Scan the entries below, and for each line that includes the word "through", make a copy.

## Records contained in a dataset
----------------------------------------

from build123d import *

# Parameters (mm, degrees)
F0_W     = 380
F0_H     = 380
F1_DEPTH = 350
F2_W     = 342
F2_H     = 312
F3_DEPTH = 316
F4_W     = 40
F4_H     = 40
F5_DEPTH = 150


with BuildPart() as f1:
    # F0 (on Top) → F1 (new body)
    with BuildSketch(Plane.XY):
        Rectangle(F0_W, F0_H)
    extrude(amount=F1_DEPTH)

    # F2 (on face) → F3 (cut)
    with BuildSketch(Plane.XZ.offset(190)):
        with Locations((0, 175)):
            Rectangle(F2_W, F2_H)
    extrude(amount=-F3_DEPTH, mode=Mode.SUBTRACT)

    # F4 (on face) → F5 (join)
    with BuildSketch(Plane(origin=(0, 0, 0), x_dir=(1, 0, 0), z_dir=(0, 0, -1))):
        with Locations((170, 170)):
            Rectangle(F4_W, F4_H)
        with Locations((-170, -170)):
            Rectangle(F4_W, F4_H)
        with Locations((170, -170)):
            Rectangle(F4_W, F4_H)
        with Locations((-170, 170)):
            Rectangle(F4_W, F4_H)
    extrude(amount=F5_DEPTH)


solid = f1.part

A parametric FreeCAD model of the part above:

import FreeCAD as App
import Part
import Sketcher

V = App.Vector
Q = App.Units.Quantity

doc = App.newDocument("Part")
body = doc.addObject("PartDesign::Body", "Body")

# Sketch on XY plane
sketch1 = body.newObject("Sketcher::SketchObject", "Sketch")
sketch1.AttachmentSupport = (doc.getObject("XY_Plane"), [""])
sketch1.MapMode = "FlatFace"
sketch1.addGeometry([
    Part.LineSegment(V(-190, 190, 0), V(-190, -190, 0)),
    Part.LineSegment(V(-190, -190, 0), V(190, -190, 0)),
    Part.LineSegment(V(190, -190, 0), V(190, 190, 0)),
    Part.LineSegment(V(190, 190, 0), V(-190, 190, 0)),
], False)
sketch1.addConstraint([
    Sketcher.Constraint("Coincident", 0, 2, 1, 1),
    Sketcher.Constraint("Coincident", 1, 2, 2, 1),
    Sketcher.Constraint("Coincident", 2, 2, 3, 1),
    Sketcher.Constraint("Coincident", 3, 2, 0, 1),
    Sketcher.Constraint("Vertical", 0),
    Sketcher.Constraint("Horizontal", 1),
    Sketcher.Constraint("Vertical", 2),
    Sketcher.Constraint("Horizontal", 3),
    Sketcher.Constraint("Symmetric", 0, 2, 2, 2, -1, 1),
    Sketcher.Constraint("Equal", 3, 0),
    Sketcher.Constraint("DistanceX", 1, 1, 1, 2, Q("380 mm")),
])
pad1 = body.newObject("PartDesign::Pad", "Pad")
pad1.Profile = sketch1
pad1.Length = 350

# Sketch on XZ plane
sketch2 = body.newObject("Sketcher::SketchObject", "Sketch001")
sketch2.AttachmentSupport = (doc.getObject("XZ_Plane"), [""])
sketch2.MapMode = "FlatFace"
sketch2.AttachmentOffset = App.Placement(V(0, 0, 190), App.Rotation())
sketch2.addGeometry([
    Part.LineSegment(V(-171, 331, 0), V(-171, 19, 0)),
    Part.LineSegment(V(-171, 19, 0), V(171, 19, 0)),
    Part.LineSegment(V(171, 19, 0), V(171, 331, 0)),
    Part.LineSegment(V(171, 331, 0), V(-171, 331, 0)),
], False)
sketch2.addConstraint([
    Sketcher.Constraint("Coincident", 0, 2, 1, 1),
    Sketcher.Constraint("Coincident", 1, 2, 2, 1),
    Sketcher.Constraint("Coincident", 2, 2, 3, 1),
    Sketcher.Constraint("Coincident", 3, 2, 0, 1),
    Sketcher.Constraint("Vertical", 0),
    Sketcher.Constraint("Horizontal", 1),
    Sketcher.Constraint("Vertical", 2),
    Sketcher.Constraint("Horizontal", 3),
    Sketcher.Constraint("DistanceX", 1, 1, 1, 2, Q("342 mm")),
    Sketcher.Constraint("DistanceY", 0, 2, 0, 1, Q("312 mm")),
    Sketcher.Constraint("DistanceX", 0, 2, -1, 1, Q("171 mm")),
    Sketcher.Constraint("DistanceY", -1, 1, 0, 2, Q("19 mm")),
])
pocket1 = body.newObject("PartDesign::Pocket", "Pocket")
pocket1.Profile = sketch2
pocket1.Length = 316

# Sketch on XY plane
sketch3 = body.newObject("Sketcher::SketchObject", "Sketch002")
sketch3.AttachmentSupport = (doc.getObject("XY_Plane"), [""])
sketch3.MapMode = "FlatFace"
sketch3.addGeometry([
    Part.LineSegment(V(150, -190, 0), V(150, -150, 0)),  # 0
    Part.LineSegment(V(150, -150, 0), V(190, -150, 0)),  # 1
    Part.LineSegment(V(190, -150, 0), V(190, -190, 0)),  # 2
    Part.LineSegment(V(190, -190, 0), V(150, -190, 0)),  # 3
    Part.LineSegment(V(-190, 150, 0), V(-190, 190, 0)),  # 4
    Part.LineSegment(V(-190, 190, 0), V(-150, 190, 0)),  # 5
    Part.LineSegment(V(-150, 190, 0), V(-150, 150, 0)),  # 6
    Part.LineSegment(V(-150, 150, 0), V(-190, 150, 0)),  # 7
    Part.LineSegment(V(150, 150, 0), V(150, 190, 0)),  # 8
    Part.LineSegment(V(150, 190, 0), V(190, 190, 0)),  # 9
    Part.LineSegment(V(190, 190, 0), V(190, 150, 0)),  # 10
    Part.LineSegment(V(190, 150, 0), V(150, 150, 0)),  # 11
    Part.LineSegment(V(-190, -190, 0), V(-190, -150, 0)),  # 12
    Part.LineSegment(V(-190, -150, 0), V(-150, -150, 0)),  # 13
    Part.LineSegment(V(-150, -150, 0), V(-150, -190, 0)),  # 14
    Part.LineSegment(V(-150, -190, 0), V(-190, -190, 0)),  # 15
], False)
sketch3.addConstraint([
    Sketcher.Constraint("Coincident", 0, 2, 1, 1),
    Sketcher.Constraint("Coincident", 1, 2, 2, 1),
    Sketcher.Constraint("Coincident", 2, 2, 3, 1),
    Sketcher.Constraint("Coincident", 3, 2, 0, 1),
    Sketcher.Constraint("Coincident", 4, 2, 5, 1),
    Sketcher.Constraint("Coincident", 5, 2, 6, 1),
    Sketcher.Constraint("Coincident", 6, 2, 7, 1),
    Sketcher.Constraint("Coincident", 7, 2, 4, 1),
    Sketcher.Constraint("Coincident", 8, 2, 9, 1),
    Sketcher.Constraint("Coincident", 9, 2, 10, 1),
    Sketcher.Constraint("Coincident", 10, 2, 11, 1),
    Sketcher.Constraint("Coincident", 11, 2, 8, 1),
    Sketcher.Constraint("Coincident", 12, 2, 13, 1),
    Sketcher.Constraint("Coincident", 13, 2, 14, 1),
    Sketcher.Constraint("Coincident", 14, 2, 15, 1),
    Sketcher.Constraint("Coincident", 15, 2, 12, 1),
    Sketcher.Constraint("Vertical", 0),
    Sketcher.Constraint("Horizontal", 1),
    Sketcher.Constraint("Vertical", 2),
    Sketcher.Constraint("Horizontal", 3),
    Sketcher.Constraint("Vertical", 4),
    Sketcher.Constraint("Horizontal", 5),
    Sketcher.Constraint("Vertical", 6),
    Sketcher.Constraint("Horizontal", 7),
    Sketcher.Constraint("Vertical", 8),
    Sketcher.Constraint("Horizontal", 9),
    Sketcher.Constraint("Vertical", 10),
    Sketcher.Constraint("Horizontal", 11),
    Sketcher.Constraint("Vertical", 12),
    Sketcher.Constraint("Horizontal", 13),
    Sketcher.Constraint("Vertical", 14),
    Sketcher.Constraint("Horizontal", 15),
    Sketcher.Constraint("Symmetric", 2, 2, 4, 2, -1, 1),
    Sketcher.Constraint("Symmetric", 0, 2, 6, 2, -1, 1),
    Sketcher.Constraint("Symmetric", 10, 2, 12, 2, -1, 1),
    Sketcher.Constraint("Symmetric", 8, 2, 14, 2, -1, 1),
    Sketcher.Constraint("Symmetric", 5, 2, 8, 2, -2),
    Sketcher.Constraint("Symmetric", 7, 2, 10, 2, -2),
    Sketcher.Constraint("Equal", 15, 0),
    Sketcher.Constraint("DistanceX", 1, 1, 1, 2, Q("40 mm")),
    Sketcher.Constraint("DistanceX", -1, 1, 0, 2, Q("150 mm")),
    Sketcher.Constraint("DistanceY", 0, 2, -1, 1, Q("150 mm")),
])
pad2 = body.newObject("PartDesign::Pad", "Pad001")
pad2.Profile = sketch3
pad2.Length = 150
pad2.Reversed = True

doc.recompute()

----------------------------------------

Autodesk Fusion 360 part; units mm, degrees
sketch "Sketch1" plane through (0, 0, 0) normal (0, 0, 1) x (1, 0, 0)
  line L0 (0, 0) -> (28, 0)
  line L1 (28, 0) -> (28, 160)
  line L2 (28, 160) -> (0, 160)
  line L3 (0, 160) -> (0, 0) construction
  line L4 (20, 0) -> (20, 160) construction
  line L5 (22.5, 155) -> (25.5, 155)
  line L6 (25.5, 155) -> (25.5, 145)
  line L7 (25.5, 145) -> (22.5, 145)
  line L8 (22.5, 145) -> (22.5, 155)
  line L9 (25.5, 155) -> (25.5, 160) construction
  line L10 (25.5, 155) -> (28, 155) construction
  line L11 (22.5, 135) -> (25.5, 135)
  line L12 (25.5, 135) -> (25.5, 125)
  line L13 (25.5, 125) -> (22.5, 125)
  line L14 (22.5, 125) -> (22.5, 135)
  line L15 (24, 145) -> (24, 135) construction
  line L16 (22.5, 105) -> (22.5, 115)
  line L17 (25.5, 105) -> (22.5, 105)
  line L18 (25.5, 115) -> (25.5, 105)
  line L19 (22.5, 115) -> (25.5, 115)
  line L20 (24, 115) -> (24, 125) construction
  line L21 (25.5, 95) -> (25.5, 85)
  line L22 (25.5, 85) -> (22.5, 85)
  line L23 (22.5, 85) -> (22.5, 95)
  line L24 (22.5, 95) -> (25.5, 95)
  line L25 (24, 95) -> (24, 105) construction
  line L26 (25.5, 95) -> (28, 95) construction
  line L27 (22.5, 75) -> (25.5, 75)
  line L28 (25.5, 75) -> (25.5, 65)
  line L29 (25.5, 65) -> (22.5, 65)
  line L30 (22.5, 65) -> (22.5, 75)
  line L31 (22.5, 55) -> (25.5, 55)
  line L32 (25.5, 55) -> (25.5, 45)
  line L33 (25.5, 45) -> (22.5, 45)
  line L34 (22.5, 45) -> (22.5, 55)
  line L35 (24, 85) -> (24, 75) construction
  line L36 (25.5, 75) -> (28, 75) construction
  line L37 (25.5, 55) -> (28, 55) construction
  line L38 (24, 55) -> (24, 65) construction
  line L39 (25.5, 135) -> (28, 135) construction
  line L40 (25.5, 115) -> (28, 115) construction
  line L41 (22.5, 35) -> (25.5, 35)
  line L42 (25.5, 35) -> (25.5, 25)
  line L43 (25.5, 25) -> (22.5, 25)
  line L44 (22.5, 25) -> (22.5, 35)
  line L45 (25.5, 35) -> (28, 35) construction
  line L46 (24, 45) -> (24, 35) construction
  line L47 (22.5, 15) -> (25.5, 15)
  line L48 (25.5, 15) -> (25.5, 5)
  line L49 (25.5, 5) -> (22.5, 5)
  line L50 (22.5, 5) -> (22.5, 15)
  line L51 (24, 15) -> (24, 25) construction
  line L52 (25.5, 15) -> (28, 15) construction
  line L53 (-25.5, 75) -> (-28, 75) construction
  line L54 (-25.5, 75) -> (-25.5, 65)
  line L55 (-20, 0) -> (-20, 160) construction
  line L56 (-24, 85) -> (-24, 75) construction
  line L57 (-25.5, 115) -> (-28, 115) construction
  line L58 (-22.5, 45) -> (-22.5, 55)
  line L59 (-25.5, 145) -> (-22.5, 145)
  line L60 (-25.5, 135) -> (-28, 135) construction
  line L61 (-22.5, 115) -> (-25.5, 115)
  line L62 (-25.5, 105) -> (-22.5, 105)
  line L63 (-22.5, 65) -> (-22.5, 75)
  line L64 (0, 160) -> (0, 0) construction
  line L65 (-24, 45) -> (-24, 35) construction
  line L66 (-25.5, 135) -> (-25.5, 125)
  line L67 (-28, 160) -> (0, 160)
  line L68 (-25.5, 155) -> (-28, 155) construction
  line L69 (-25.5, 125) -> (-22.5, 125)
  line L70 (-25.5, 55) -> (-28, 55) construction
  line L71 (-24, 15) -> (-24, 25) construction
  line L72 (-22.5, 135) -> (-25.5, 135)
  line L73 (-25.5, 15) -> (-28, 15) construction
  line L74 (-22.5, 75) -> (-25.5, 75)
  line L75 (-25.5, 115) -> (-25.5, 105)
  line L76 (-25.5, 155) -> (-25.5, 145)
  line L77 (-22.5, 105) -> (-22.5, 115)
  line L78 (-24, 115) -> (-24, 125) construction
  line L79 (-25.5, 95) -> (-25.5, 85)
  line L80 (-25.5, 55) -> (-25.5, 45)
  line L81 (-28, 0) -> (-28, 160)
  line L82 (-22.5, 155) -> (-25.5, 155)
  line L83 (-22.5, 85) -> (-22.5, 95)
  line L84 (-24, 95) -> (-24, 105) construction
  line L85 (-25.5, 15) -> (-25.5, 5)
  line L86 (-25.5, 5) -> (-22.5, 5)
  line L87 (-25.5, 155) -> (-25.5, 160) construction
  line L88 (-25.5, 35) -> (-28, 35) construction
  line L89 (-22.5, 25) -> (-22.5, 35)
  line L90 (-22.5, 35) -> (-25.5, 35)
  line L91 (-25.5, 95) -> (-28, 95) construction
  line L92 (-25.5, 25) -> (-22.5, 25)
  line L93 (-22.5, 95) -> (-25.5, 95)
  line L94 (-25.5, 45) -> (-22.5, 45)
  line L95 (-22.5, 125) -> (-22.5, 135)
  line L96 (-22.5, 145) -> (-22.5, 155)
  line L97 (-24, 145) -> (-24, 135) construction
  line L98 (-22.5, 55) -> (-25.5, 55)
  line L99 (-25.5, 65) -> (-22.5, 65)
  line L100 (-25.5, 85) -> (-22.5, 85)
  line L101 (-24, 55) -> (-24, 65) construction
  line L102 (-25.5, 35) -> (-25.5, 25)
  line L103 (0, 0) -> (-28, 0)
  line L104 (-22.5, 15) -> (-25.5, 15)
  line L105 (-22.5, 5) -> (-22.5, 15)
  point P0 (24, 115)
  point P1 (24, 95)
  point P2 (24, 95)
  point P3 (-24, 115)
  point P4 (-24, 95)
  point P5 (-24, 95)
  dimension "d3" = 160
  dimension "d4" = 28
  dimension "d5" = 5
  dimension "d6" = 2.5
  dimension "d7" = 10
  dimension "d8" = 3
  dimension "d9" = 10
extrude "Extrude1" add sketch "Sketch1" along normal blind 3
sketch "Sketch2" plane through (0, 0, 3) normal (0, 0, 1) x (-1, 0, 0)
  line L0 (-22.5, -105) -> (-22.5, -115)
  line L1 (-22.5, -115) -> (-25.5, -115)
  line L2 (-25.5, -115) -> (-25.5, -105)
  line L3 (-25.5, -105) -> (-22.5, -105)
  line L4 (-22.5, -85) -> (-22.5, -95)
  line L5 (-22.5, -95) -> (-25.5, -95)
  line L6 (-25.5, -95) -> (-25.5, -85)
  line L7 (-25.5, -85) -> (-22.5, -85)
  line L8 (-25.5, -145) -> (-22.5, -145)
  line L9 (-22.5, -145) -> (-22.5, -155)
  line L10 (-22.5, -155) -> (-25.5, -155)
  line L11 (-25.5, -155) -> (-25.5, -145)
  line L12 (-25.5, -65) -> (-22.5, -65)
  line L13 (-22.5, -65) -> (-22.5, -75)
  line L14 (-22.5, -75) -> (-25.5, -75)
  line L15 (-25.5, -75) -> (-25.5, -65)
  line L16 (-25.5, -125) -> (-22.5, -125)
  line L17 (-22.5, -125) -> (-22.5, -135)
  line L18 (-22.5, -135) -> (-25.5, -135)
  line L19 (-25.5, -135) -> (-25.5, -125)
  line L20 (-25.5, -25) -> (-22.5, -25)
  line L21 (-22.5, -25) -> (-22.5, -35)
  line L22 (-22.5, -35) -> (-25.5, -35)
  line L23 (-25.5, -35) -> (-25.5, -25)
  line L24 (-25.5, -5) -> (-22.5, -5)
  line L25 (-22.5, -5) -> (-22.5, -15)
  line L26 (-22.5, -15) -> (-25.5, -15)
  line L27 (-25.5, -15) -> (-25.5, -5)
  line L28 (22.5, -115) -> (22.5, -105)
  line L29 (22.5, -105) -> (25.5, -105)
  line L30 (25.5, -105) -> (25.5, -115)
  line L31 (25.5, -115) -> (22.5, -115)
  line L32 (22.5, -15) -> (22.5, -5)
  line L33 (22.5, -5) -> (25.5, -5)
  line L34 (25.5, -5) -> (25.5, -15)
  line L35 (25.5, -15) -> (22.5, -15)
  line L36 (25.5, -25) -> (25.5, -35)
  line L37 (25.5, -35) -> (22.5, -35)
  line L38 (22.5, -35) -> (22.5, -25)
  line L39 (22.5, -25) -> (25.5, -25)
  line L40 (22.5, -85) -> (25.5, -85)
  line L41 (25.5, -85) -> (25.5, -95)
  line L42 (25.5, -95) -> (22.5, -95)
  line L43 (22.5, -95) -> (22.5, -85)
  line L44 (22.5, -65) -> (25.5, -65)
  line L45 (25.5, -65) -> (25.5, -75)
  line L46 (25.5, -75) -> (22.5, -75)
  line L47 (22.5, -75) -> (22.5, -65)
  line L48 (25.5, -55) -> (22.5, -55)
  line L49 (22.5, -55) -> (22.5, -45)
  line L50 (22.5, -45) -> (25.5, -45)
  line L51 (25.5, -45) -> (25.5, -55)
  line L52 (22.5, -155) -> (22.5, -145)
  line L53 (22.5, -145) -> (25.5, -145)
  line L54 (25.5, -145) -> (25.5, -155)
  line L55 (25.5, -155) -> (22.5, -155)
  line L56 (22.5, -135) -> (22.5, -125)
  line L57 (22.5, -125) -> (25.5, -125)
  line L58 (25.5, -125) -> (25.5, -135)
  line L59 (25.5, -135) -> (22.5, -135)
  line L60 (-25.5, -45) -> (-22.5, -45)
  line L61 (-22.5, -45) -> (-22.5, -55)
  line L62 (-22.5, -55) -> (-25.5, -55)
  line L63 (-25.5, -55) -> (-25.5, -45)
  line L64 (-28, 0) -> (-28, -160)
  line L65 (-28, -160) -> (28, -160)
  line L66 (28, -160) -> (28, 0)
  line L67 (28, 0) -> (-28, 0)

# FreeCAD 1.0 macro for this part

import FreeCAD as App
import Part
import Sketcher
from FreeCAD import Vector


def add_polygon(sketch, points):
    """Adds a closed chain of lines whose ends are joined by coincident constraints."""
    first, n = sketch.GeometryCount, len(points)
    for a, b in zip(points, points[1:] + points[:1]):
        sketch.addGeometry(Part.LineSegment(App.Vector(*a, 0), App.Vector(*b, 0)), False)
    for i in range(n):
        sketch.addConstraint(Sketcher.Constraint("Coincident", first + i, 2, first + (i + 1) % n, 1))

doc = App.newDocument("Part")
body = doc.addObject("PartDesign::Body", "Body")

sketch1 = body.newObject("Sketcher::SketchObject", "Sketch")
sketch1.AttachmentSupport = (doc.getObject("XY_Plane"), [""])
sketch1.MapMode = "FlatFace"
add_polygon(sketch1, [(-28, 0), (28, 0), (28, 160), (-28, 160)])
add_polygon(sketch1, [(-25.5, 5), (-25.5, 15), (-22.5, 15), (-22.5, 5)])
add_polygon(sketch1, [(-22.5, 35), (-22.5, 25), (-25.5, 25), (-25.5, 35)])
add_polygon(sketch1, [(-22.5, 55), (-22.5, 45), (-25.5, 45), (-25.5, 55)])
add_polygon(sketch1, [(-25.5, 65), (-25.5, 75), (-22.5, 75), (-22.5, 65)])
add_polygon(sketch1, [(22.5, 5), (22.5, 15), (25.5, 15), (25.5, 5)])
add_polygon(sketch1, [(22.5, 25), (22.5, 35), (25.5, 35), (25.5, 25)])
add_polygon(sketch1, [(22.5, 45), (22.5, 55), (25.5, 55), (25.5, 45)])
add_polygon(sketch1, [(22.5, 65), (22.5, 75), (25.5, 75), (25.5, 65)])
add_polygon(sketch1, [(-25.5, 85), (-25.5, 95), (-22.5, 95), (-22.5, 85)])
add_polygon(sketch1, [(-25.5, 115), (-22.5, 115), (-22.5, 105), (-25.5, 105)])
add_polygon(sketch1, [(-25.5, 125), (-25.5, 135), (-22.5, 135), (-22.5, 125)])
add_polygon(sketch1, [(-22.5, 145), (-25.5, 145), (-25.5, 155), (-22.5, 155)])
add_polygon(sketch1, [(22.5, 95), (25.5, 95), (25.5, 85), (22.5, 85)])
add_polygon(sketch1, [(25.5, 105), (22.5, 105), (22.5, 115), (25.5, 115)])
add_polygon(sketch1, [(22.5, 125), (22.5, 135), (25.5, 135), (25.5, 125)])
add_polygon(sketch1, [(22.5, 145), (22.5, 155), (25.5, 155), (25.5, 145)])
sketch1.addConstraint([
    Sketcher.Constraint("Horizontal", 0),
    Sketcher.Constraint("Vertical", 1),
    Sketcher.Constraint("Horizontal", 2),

----------------------------------------

## WRITTEN SOLUTION
sketch "Sketch1" plane through (0, 0, 0) normal (0, 0, 1) x (1, 0, 0)
sketch "Sketch2" plane through (0, 0, 3) normal (0, 0, 1) x (-1, 0, 0)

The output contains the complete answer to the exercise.